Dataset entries

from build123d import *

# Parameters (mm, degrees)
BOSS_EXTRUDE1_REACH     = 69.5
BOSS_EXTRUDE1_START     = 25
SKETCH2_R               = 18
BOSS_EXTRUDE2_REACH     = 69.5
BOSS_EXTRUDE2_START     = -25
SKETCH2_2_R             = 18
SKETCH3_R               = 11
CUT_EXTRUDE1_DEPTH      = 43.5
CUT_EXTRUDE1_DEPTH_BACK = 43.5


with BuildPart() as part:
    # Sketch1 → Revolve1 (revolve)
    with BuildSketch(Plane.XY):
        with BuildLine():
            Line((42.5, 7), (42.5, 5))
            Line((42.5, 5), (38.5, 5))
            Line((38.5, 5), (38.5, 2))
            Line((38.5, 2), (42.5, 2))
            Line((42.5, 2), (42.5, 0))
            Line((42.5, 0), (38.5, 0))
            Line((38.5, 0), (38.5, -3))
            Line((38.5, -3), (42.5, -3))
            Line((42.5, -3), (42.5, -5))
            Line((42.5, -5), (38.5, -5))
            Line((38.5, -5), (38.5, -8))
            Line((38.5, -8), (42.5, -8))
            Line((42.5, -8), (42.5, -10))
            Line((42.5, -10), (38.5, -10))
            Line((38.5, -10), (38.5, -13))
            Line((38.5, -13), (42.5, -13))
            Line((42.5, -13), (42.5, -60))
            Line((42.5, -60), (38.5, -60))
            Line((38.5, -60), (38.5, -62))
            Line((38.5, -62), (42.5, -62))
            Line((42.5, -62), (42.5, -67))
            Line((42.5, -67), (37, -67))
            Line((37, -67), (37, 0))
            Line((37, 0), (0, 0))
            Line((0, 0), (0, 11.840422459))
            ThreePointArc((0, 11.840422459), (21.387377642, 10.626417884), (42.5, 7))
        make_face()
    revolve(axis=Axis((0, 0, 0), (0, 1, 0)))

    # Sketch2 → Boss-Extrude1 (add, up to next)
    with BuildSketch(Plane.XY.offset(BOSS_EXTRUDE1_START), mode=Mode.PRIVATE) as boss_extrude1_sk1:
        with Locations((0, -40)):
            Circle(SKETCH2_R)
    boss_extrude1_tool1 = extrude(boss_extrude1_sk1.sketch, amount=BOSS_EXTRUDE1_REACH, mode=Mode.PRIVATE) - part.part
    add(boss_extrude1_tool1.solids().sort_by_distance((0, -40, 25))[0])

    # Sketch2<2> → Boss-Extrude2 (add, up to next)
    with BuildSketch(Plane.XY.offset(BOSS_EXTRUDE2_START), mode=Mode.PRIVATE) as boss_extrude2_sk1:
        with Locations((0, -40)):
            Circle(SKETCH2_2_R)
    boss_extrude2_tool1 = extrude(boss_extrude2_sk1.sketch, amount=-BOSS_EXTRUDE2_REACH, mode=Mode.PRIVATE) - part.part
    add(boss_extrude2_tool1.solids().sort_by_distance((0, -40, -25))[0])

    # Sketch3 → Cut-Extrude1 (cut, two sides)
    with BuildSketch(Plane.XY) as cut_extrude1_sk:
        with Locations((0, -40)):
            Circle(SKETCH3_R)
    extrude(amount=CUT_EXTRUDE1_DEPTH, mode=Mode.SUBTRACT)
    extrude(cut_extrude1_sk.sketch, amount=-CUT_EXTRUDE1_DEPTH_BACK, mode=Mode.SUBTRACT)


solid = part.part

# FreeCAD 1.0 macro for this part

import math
import FreeCAD as App
import Part
import Sketcher
from FreeCAD import Vector
Q = App.Units.Quantity

doc = App.newDocument("Part")
params = doc.addObject("Spreadsheet::Sheet", "Params")
for row, (alias, value) in enumerate([
    ("sketch1_radius", "189 mm"),
    ("sketch1_width", "37 mm"),
    ("sketch1_width2", "4 mm"),
    ("sketch1_height", "2 mm"),
    ("sketch1_height2", "67 mm"),
    ("revolution_angle", "360 deg"),
    ("sketch2_diameter", "36 mm"),
    ("sketch3_diameter", "36 mm"),
    ("sketch4_diameter", "22 mm"),
], start=1):
    params.set(f"A{row}", alias)
    params.set(f"B{row}", "=" + value)
    params.setAlias(f"B{row}", alias)

body = doc.addObject("PartDesign::Body", "Body")

# Sketch on XY plane
sketch1 = body.newObject("Sketcher::SketchObject", "Sketch")
sketch1.AttachmentSupport = (doc.getObject("XY_Plane"), [""])
sketch1.MapMode = "FlatFace"
sketch1.addGeometry([
    Part.LineSegment(Vector(42.5, 5, 0), Vector(42.5, 7, 0)),  # 0
    Part.ArcOfCircle(Part.Circle(Vector(0, -177.2, 0), Vector(0, 0, 1), 189), math.radians(77), math.radians(90)),  # 1
    Part.LineSegment(Vector(0, 11.8, 0), Vector(0, 0, 0)),  # 2
    Part.LineSegment(Vector(0, 0, 0), Vector(37, 0, 0)),  # 3
    Part.LineSegment(Vector(37, 0, 0), Vector(37, -67, 0)),  # 4
    Part.LineSegment(Vector(37, -67, 0), Vector(42.5, -67, 0)),  # 5
    Part.LineSegment(Vector(42.5, -67, 0), Vector(42.5, -62, 0)),  # 6
    Part.LineSegment(Vector(42.5, -62, 0), Vector(38.5, -62, 0)),  # 7
    Part.LineSegment(Vector(38.5, -62, 0), Vector(38.5, -60, 0)),  # 8
    Part.LineSegment(Vector(38.5, -60, 0), Vector(42.5, -60, 0)),  # 9
    Part.LineSegment(Vector(42.5, -60, 0), Vector(42.5, -13, 0)),  # 10
    Part.LineSegment(Vector(42.5, -13, 0), Vector(38.5, -13, 0)),  # 11
    Part.LineSegment(Vector(38.5, -13, 0), Vector(38.5, -10, 0)),  # 12
    Part.LineSegment(Vector(38.5, -10, 0), Vector(42.5, -10, 0)),  # 13
    Part.LineSegment(Vector(42.5, -10, 0), Vector(42.5, -8, 0)),  # 14
    Part.LineSegment(Vector(42.5, -8, 0), Vector(38.5, -8, 0)),  # 15
    Part.LineSegment(Vector(38.5, -8, 0), Vector(38.5, -5, 0)),  # 16
    Part.LineSegment(Vector(38.5, -5, 0), Vector(42.5, -5, 0)),  # 17
    Part.LineSegment(Vector(42.5, -5, 0), Vector(42.5, -3, 0)),  # 18
    Part.LineSegment(Vector(42.5, -3, 0), Vector(38.5, -3, 0)),  # 19
    Part.LineSegment(Vector(38.5, -3, 0), Vector(38.5, 0, 0)),  # 20
    Part.LineSegment(Vector(38.5, 0, 0), Vector(42.5, 0, 0)),  # 21
    Part.LineSegment(Vector(42.5, 0, 0), Vector(42.5, 2, 0)),  # 22
    Part.LineSegment(Vector(42.5, 2, 0), Vector(38.5, 2, 0)),  # 23
    Part.LineSegment(Vector(38.5, 2, 0), Vector(38.5, 5, 0)),  # 24
    Part.LineSegment(Vector(38.5, 5, 0), Vector(42.5, 5, 0)),  # 25
], False)
sketch1.addConstraint([
    Sketcher.Constraint("Coincident", 0, 2, 1, 1),
    Sketcher.Constraint("Coincident", 1, 2, 2, 1),
    Sketcher.Constraint("Coincident", 2, 2, 3, 1),
    Sketcher.Constraint("Coincident", 3, 2, 4, 1),
    Sketcher.Constraint("Coincident", 4, 2, 5, 1),
    Sketcher.Constraint("Coincident", 5, 2, 6, 1),
    Sketcher.Constraint("Coincident", 6, 2, 7, 1),
    Sketcher.Constraint("Coincident", 7, 2, 8, 1),
    Sketcher.Constraint("Coincident", 8, 2, 9, 1),
    Sketcher.Constraint("Coincident", 9, 2, 10, 1),
    Sketcher.Constraint("Coincident", 10, 2, 11, 1),
    Sketcher.Constraint("Coincident", 11, 2, 12, 1),
    Sketcher.Constraint("Coincident", 12, 2, 13, 1),
    Sketcher.Constraint("Coincident", 13, 2, 14, 1),
    Sketcher.Constraint("Coincident", 14, 2, 15, 1),
    Sketcher.Constraint("Coincident", 15, 2, 16, 1),
    Sketcher.Constraint("Coincident", 16, 2, 17, 1),
    Sketcher.Constraint("Coincident", 17, 2, 18, 1),
    Sketcher.Constraint("Coincident", 18, 2, 19, 1),
    Sketcher.Constraint("Coincident", 19, 2, 20, 1),
    Sketcher.Constraint("Coincident", 20, 2, 21, 1),
    Sketcher.Constraint("Coincident", 21, 2, 22, 1),
    Sketcher.Constraint("Coincident", 22, 2, 23, 1),
    Sketcher.Constraint("Coincident", 23, 2, 24, 1),
    Sketcher.Constraint("Coincident", 24, 2, 25, 1),
    Sketcher.Constraint("Coincident", 25, 2, 0, 1),
    Sketcher.Constraint("Vertical", 0),
    Sketcher.Constraint("Vertical", 2),
    Sketcher.Constraint("Horizontal", 3),
    Sketcher.Constraint("Vertical", 4),
    Sketcher.Constraint("Horizontal", 5),
    Sketcher.Constraint("Vertical", 6),
    Sketcher.Constraint("Horizontal", 7),
    Sketcher.Constraint("Vertical", 8),
    Sketcher.Constraint("Horizontal", 9),
    Sketcher.Constraint("Vertical", 10),
    Sketcher.Constraint("Horizontal", 11),
    Sketcher.Constraint("Vertical", 12),
    Sketcher.Constraint("Horizontal", 13),
    Sketcher.Constraint("Vertical", 14),
    Sketcher.Constraint("Horizontal", 15),
    Sketcher.Constraint("Vertical", 16),
    Sketcher.Constraint("Horizontal", 17),
    Sketcher.Constraint("Vertical", 18),
    Sketcher.Constraint("Horizontal", 19),
    Sketcher.Constraint("Vertical", 20),
    Sketcher.Constraint("Horizontal", 21),
    Sketcher.Constraint("Vertical", 22),
    Sketcher.Constraint("Horizontal", 23),
    Sketcher.Constraint("Vertical", 24),
    Sketcher.Constraint("Horizontal", 25),
    Sketcher.Constraint("Coincident", 2, 2, -1, 1),
    Sketcher.Constraint("Symmetric", 16, 2, 24, 2, -1),
    Sketcher.Constraint("PointOnObject", 1, 3, -2),
    Sketcher.Constraint("PointOnObject", 20, 2, -1),
    Sketcher.Constraint("Vertical", 0, 2, 5, 2),
    Sketcher.Constraint("Vertical", 6, 2, 9, 2),
    Sketcher.Constraint("Vertical", 8, 2, 11, 2),
    Sketcher.Constraint("Vertical", 10, 2, 13, 2),
    Sketcher.Constraint("Vertical", 12, 2, 15, 2),
    Sketcher.Constraint("Vertical", 14, 2, 17, 2),
    Sketcher.Constraint("Vertical", 16, 2, 19, 2),
    Sketcher.Constraint("Vertical", 18, 2, 21, 2),
    Sketcher.Constraint("Equal", 0, 8),
    Sketcher.Constraint("Equal", 8, 14),
    Sketcher.Constraint("Equal", 12, 16),
    Sketcher.Constraint("Equal", 14, 18),
    Sketcher.Constraint("Equal", 16, 20),
    Sketcher.Constraint("Equal", 18, 22),
    Sketcher.Constraint("Radius", 1, Q("189 mm")),
    Sketcher.Constraint("DistanceX", 3, 1, 3, 2, Q("37 mm")),
    Sketcher.Constraint("DistanceX", 7, 2, 7, 1, Q("4 mm")),
    Sketcher.Constraint("DistanceY", 0, 1, 0, 2, Q("2 mm")),
    Sketcher.Constraint("DistanceY", 4, 2, 4, 1, Q("67 mm")),
    Sketcher.Constraint("DistanceY", 6, 1, 6, 2, Q("5 mm")),
    Sketcher.Constraint("DistanceY", 10, 1, 10, 2, Q("47 mm")),
    Sketcher.Constraint("DistanceX", 5, 1, 5, 2, Q("5.5 mm")),
])
sketch1.setExpression("Constraints[69]", "Params.sketch1_radius")
sketch1.setExpression("Constraints[70]", "Params.sketch1_width")
sketch1.setExpression("Constraints[71]", "Params.sketch1_width2")
sketch1.setExpression("Constraints[72]", "Params.sketch1_height")
sketch1.setExpression("Constraints[73]", "Params.sketch1_height2")
revolution = body.newObject("PartDesign::Revolution", "Revolution")
revolution.Profile = sketch1
revolution.ReferenceAxis = (sketch1, ["V_Axis"])
revolution.setExpression("Angle", "Params.revolution_angle")

# Sketch on XY plane
sketch2 = body.newObject("Sketcher::SketchObject", "Sketch001")
sketch2.AttachmentSupport = (doc.getObject("XY_Plane"), [""])
sketch2.MapMode = "FlatFace"
sketch2.AttachmentOffset = App.Placement(Vector(0, 0, 25), App.Rotation())
sketch2.addGeometry(Part.Circle(Vector(0, -40, 0), Vector(0, 0, 1), 18), False)
sketch2.addConstraint([
    Sketcher.Constraint("PointOnObject", 0, 3, -2),
    Sketcher.Constraint("Diameter", 0, Q("36 mm")),
    Sketcher.Constraint("DistanceY", 0, 3, -1, 1, Q("40 mm")),
])
sketch2.setExpression("Constraints[1]", "Params.sketch2_diameter")
pad1 = body.newObject("PartDesign::Pad", "Pad")
pad1.Profile = sketch2
pad1.Type = "UpToFirst"

# Sketch on XY plane
sketch3 = body.newObject("Sketcher::SketchObject", "Sketch002")
sketch3.AttachmentSupport = (doc.getObject("XY_Plane"), [""])
sketch3.MapMode = "FlatFace"
sketch3.AttachmentOffset = App.Placement(Vector(0, 0, -25), App.Rotation())
sketch3.addGeometry(Part.Circle(Vector(0, -40, 0), Vector(0, 0, 1), 18), False)
sketch3.addConstraint([
    Sketcher.Constraint("PointOnObject", 0, 3, -2),
    Sketcher.Constraint("Diameter", 0, Q("36 mm")),
    Sketcher.Constraint("DistanceY", 0, 3, -1, 1, Q("40 mm")),
])
sketch3.setExpression("Constraints[1]", "Params.sketch3_diameter")
pad2 = body.newObject("PartDesign::Pad", "Pad001")
pad2.Profile = sketch3
pad2.Type = "UpToFirst"
pad2.Reversed = True

# Sketch on XY plane
sketch4 = body.newObject("Sketcher::SketchObject", "Sketch003")
sketch4.AttachmentSupport = (doc.getObject("XY_Plane"), [""])
sketch4.MapMode = "FlatFace"
sketch4.addGeometry(Part.Circle(Vector(0, -40, 0), Vector(0, 0, 1), 11), False)
sketch4.addConstraint([
    Sketcher.Constraint("PointOnObject", 0, 3, -2),
    Sketcher.Constraint("Diameter", 0, Q("22 mm")),
    Sketcher.Constraint("DistanceY", 0, 3, -1, 1, Q("40 mm")),
])
sketch4.setExpression("Constraints[1]", "Params.sketch4_diameter")
pocket1 = body.newObject("PartDesign::Pocket", "Pocket")
pocket1.Profile = sketch4
pocket1.Type = "ThroughAll"
pocket1.Midplane = True

doc.recompute()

WHAT YOU HAVE TO DO:
Above are records; repeat only the lines starting at the line with "Line((37, -67), (37, 0))" and ending at the line with "# FreeCAD 1.0 macro for this part", exactly as they appear, both included.

SOLVED PROBLEM:
            Line((37, -67), (37, 0))
            Line((37, 0), (0, 0))
            Line((0, 0), (0, 11.840422459))
            ThreePointArc((0, 11.840422459), (21.387377642, 10.626417884), (42.5, 7))
        make_face()
    revolve(axis=Axis((0, 0, 0), (0, 1, 0)))

    # Sketch2 → Boss-Extrude1 (add, up to next)
    with BuildSketch(Plane.XY.offset(BOSS_EXTRUDE1_START), mode=Mode.PRIVATE) as boss_extrude1_sk1:
        with Locations((0, -40)):
            Circle(SKETCH2_R)
    boss_extrude1_tool1 = extrude(boss_extrude1_sk1.sketch, amount=BOSS_EXTRUDE1_REACH, mode=Mode.PRIVATE) - part.part
    add(boss_extrude1_tool1.solids().sort_by_distance((0, -40, 25))[0])

    # Sketch2<2> → Boss-Extrude2 (add, up to next)
    with BuildSketch(Plane.XY.offset(BOSS_EXTRUDE2_START), mode=Mode.PRIVATE) as boss_extrude2_sk1:
        with Locations((0, -40)):
            Circle(SKETCH2_2_R)
    boss_extrude2_tool1 = extrude(boss_extrude2_sk1.sketch, amount=-BOSS_EXTRUDE2_REACH, mode=Mode.PRIVATE) - part.part
    add(boss_extrude2_tool1.solids().sort_by_distance((0, -40, -25))[0])

    # Sketch3 → Cut-Extrude1 (cut, two sides)
    with BuildSketch(Plane.XY) as cut_extrude1_sk:
        with Locations((0, -40)):
            Circle(SKETCH3_R)
    extrude(amount=CUT_EXTRUDE1_DEPTH, mode=Mode.SUBTRACT)
    extrude(cut_extrude1_sk.sketch, amount=-CUT_EXTRUDE1_DEPTH_BACK, mode=Mode.SUBTRACT)


solid = part.part

# FreeCAD 1.0 macro for this part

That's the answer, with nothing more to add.